ABOUT THIS TASK ::
Give again, word for word, every line below from the one that has "v -10.836 13.099 2" through the one that has "v 10.954 -6.022 0", both included, and no others.

AVAILABLE DATA ::
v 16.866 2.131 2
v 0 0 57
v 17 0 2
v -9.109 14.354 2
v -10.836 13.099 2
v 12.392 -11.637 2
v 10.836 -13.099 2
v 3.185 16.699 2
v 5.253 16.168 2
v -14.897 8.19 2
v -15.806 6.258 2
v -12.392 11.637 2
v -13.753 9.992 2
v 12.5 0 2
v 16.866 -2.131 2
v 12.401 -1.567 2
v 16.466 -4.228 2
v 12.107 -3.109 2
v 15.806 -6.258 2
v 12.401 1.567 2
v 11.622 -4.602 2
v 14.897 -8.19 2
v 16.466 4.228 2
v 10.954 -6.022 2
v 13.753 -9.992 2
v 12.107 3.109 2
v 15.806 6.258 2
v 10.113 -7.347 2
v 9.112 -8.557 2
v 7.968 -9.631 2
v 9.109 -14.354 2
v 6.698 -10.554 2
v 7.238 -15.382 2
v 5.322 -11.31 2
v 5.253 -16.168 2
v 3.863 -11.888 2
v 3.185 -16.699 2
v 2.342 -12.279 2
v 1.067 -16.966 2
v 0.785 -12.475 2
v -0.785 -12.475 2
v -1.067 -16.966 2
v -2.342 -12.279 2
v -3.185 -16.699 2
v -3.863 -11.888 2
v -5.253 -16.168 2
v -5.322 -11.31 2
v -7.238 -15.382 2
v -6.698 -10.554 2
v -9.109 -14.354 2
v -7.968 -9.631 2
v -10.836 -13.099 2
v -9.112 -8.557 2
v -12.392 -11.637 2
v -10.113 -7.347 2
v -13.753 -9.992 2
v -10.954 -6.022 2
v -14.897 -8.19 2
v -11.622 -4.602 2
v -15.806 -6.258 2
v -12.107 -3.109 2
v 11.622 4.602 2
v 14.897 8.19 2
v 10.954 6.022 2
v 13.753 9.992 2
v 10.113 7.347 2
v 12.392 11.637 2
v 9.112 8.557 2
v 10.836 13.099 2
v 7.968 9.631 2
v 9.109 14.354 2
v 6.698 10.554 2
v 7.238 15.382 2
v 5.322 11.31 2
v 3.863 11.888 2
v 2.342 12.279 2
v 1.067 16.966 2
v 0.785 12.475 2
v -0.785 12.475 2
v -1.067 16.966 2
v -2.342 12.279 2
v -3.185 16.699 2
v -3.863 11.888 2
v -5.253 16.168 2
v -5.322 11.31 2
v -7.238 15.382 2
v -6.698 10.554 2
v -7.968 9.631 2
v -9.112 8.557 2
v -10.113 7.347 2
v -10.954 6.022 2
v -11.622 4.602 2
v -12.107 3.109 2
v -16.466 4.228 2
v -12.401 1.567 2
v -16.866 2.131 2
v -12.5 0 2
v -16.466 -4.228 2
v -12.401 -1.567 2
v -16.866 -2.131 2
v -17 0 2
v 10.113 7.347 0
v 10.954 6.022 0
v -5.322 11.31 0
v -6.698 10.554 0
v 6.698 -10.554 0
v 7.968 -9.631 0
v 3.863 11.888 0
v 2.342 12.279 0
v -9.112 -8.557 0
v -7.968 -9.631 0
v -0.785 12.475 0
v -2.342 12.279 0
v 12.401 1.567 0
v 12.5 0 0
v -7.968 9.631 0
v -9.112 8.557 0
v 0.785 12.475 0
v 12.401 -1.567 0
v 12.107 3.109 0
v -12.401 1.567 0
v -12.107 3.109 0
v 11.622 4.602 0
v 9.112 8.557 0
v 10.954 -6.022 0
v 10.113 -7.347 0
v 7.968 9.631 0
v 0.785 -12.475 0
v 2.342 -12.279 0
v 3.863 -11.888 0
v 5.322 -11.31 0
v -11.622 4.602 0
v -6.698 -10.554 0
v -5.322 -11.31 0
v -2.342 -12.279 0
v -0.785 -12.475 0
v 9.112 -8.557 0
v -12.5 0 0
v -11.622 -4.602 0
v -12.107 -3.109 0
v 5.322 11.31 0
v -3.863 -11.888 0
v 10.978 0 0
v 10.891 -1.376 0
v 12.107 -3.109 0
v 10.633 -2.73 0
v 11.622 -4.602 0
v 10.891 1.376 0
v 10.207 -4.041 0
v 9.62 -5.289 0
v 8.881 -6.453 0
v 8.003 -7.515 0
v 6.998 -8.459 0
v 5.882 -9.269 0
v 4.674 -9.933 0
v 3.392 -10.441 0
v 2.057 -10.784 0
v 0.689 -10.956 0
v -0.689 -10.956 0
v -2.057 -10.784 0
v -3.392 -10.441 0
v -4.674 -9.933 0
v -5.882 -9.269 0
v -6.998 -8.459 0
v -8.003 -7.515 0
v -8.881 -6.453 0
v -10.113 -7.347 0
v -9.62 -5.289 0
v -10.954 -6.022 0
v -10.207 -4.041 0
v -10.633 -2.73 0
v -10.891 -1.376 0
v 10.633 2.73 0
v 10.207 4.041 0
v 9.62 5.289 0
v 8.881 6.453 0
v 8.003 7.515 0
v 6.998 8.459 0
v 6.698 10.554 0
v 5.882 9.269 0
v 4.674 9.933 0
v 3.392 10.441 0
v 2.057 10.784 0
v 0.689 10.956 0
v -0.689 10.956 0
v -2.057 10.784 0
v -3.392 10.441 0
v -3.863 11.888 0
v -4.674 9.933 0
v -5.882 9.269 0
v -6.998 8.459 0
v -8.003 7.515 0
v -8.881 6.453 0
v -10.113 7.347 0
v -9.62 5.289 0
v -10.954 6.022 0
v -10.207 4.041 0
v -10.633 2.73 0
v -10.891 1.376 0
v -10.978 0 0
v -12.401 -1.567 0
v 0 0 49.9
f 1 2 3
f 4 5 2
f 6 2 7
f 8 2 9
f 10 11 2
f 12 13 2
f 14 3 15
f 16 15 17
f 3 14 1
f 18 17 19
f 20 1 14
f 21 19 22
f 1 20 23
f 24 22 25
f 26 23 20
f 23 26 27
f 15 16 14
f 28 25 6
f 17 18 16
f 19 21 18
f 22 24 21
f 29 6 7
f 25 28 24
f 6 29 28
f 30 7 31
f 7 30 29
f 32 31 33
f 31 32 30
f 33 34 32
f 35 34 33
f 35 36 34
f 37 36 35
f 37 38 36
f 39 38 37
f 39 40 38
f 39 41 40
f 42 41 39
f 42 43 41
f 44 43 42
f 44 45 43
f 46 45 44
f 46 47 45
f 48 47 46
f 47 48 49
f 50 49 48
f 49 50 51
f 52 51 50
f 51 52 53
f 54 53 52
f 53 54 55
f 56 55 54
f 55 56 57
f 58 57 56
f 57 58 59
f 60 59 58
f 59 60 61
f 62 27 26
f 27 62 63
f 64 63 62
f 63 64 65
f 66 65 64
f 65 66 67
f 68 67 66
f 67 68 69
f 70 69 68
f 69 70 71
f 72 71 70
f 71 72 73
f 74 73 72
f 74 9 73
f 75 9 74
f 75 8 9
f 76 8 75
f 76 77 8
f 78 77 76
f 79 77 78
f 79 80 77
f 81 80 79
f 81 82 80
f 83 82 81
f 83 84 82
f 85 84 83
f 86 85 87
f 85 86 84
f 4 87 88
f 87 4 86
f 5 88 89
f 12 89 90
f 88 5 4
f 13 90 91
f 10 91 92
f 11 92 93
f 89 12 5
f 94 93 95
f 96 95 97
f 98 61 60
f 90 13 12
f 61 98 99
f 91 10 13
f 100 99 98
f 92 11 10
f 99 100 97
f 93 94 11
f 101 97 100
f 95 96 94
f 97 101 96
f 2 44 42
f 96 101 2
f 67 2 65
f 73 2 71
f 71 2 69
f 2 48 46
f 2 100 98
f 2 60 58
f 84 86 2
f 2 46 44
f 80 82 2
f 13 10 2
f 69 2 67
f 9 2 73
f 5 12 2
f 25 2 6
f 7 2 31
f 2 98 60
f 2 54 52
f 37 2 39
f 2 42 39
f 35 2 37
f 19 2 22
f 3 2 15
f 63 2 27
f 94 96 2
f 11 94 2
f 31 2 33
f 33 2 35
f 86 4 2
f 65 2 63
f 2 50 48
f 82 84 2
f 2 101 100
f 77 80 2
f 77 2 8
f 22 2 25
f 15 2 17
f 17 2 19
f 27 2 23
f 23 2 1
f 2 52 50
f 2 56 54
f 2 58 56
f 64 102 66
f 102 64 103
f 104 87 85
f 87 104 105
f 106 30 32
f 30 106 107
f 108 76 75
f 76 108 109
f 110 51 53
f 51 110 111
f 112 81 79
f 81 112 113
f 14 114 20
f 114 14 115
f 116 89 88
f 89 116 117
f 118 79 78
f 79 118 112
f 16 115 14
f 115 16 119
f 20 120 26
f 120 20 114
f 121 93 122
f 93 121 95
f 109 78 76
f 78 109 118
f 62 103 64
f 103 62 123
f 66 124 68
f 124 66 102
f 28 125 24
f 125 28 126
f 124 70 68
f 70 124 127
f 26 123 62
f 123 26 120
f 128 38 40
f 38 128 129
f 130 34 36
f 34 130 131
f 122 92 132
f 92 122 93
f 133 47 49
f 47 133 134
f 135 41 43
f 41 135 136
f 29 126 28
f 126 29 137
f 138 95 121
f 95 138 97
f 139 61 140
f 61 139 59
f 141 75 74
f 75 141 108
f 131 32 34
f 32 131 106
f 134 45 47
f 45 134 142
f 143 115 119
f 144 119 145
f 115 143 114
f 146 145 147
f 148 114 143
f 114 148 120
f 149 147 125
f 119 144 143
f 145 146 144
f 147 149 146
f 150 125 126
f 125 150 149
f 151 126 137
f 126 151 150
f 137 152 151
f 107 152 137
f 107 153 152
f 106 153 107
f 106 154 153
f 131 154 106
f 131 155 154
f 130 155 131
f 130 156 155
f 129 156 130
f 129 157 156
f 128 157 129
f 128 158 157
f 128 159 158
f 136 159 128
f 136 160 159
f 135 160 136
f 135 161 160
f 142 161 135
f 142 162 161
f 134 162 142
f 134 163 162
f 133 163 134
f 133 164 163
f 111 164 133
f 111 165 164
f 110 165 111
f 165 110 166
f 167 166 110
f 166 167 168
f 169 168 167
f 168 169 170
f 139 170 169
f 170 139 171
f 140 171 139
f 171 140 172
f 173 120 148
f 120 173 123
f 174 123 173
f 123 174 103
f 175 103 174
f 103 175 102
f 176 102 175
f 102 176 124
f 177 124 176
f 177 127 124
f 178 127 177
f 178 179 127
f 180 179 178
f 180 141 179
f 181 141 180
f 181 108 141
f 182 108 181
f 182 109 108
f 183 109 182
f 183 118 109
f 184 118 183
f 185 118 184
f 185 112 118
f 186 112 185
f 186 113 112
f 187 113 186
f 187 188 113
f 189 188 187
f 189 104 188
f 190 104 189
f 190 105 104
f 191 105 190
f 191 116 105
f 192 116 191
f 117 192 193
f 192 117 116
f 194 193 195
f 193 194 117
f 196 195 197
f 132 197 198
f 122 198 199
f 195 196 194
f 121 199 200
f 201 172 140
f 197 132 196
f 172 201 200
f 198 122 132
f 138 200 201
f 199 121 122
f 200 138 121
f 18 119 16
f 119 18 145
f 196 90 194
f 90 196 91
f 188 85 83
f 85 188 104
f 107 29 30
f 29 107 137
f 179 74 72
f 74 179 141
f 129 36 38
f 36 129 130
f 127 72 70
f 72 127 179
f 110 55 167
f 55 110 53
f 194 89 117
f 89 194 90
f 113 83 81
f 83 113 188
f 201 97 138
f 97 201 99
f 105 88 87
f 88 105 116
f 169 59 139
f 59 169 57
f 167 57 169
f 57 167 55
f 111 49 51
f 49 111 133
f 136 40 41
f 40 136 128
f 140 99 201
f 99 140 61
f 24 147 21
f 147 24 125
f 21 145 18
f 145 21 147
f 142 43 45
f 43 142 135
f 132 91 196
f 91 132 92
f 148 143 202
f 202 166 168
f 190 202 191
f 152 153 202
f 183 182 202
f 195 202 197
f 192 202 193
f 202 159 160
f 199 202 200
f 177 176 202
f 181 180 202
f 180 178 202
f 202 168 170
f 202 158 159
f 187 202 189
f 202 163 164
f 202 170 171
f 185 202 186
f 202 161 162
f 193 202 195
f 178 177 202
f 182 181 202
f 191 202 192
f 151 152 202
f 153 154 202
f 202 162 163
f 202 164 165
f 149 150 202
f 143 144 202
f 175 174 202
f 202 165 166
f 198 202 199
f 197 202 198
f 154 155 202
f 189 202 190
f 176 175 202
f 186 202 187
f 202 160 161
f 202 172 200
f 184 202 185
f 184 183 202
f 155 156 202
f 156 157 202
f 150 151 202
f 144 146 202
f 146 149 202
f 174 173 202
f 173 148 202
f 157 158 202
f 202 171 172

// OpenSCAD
numbsteps=25;
numbRots=9;
totalHeight=104;

module BlinkyTree() {
	color([0,0.5,0,1]) {
		difference() {
			cylinder(totalHeight,38.5,7.25,$fn=50);
			for(i=[0:numbsteps*numbRots]) {
				rotate([0,0,(i%numbsteps)*(360/numbsteps)]) {
					translate([41.1-(31/(numbsteps*numbRots))*i,0,(totalHeight/(numbsteps*numbRots))*i])
						rotate([2.3+(5/(numbsteps*numbRots))*i,0,0])cube([8,10,13],center=true);
				}
			}
			translate([0,-3,85])cube([10,6,20]);
			translate([-25,-25,96])cube([50,50,20]);
		}
		translate([37,0,2.5])cube([5,5,5],center=true);
		translate([39,0,8])cube([3,5,16],center=true);
	}
}

module BlinkyDefuser() {
	color([0,0.5,0,1]) difference() {
		cylinder(totalHeight-2,48,17,$fn=50);
		translate([0,0,-0.02])cylinder(totalHeight-1.96,44,13,$fn=50);
		translate([40,-16,9.99])cube([16,40,20],center=true);
	}
}

module BlinkyDefuserCap() {
	difference() {
		union() {
			translate([0,0,totalHeight-2]) cylinder(55,17,0,$fn=50);
			translate([0,0,totalHeight-4]) cylinder(4,12.5,12.5,$fn=50);
		}
		translate([0,0,totalHeight-4.1]) cylinder(50,11,0,$fn=50);
	}
}

module BlinkyStarDefuserCap() {
	difference() {
		union() {
			translate([0,0,4-totalHeight]) BlinkyDefuserCap();
			scale([0.5,1,1])for (sp=[0:4]) translate([0,0,55*0.7071+1.55])rotate([sp*72,0,0])cylinder(50,17,0,$fn=4);
		}
		translate([0,0,-0.1]) cylinder(50,11,0,$fn=50);
	}
}

//BlinkyTree();
//BlinkyDefuser();
translate([0,0,4-totalHeight]) BlinkyDefuserCap();
//BlinkyStarDefuserCap();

RESULT OF THIS EXERCISE ::
v -10.836 13.099 2
v 12.392 -11.637 2
v 10.836 -13.099 2
v 3.185 16.699 2
v 5.253 16.168 2
v -14.897 8.19 2
v -15.806 6.258 2
v -12.392 11.637 2
v -13.753 9.992 2
v 12.5 0 2
v 16.866 -2.131 2
v 12.401 -1.567 2
v 16.466 -4.228 2
v 12.107 -3.109 2
v 15.806 -6.258 2
v 12.401 1.567 2
v 11.622 -4.602 2
v 14.897 -8.19 2
v 16.466 4.228 2
v 10.954 -6.022 2
v 13.753 -9.992 2
v 12.107 3.109 2
v 15.806 6.258 2
v 10.113 -7.347 2
v 9.112 -8.557 2
v 7.968 -9.631 2
v 9.109 -14.354 2
v 6.698 -10.554 2
v 7.238 -15.382 2
v 5.322 -11.31 2
v 5.253 -16.168 2
v 3.863 -11.888 2
v 3.185 -16.699 2
v 2.342 -12.279 2
v 1.067 -16.966 2
v 0.785 -12.475 2
v -0.785 -12.475 2
v -1.067 -16.966 2
v -2.342 -12.279 2
v -3.185 -16.699 2
v -3.863 -11.888 2
v -5.253 -16.168 2
v -5.322 -11.31 2
v -7.238 -15.382 2
v -6.698 -10.554 2
v -9.109 -14.354 2
v -7.968 -9.631 2
v -10.836 -13.099 2
v -9.112 -8.557 2
v -12.392 -11.637 2
v -10.113 -7.347 2
v -13.753 -9.992 2
v -10.954 -6.022 2
v -14.897 -8.19 2
v -11.622 -4.602 2
v -15.806 -6.258 2
v -12.107 -3.109 2
v 11.622 4.602 2
v 14.897 8.19 2
v 10.954 6.022 2
v 13.753 9.992 2
v 10.113 7.347 2
v 12.392 11.637 2
v 9.112 8.557 2
v 10.836 13.099 2
v 7.968 9.631 2
v 9.109 14.354 2
v 6.698 10.554 2
v 7.238 15.382 2
v 5.322 11.31 2
v 3.863 11.888 2
v 2.342 12.279 2
v 1.067 16.966 2
v 0.785 12.475 2
v -0.785 12.475 2
v -1.067 16.966 2
v -2.342 12.279 2
v -3.185 16.699 2
v -3.863 11.888 2
v -5.253 16.168 2
v -5.322 11.31 2
v -7.238 15.382 2
v -6.698 10.554 2
v -7.968 9.631 2
v -9.112 8.557 2
v -10.113 7.347 2
v -10.954 6.022 2
v -11.622 4.602 2
v -12.107 3.109 2
v -16.466 4.228 2
v -12.401 1.567 2
v -16.866 2.131 2
v -12.5 0 2
v -16.466 -4.228 2
v -12.401 -1.567 2
v -16.866 -2.131 2
v -17 0 2
v 10.113 7.347 0
v 10.954 6.022 0
v -5.322 11.31 0
v -6.698 10.554 0
v 6.698 -10.554 0
v 7.968 -9.631 0
v 3.863 11.888 0
v 2.342 12.279 0
v -9.112 -8.557 0
v -7.968 -9.631 0
v -0.785 12.475 0
v -2.342 12.279 0
v 12.401 1.567 0
v 12.5 0 0
v -7.968 9.631 0
v -9.112 8.557 0
v 0.785 12.475 0
v 12.401 -1.567 0
v 12.107 3.109 0
v -12.401 1.567 0
v -12.107 3.109 0
v 11.622 4.602 0
v 9.112 8.557 0
v 10.954 -6.022 0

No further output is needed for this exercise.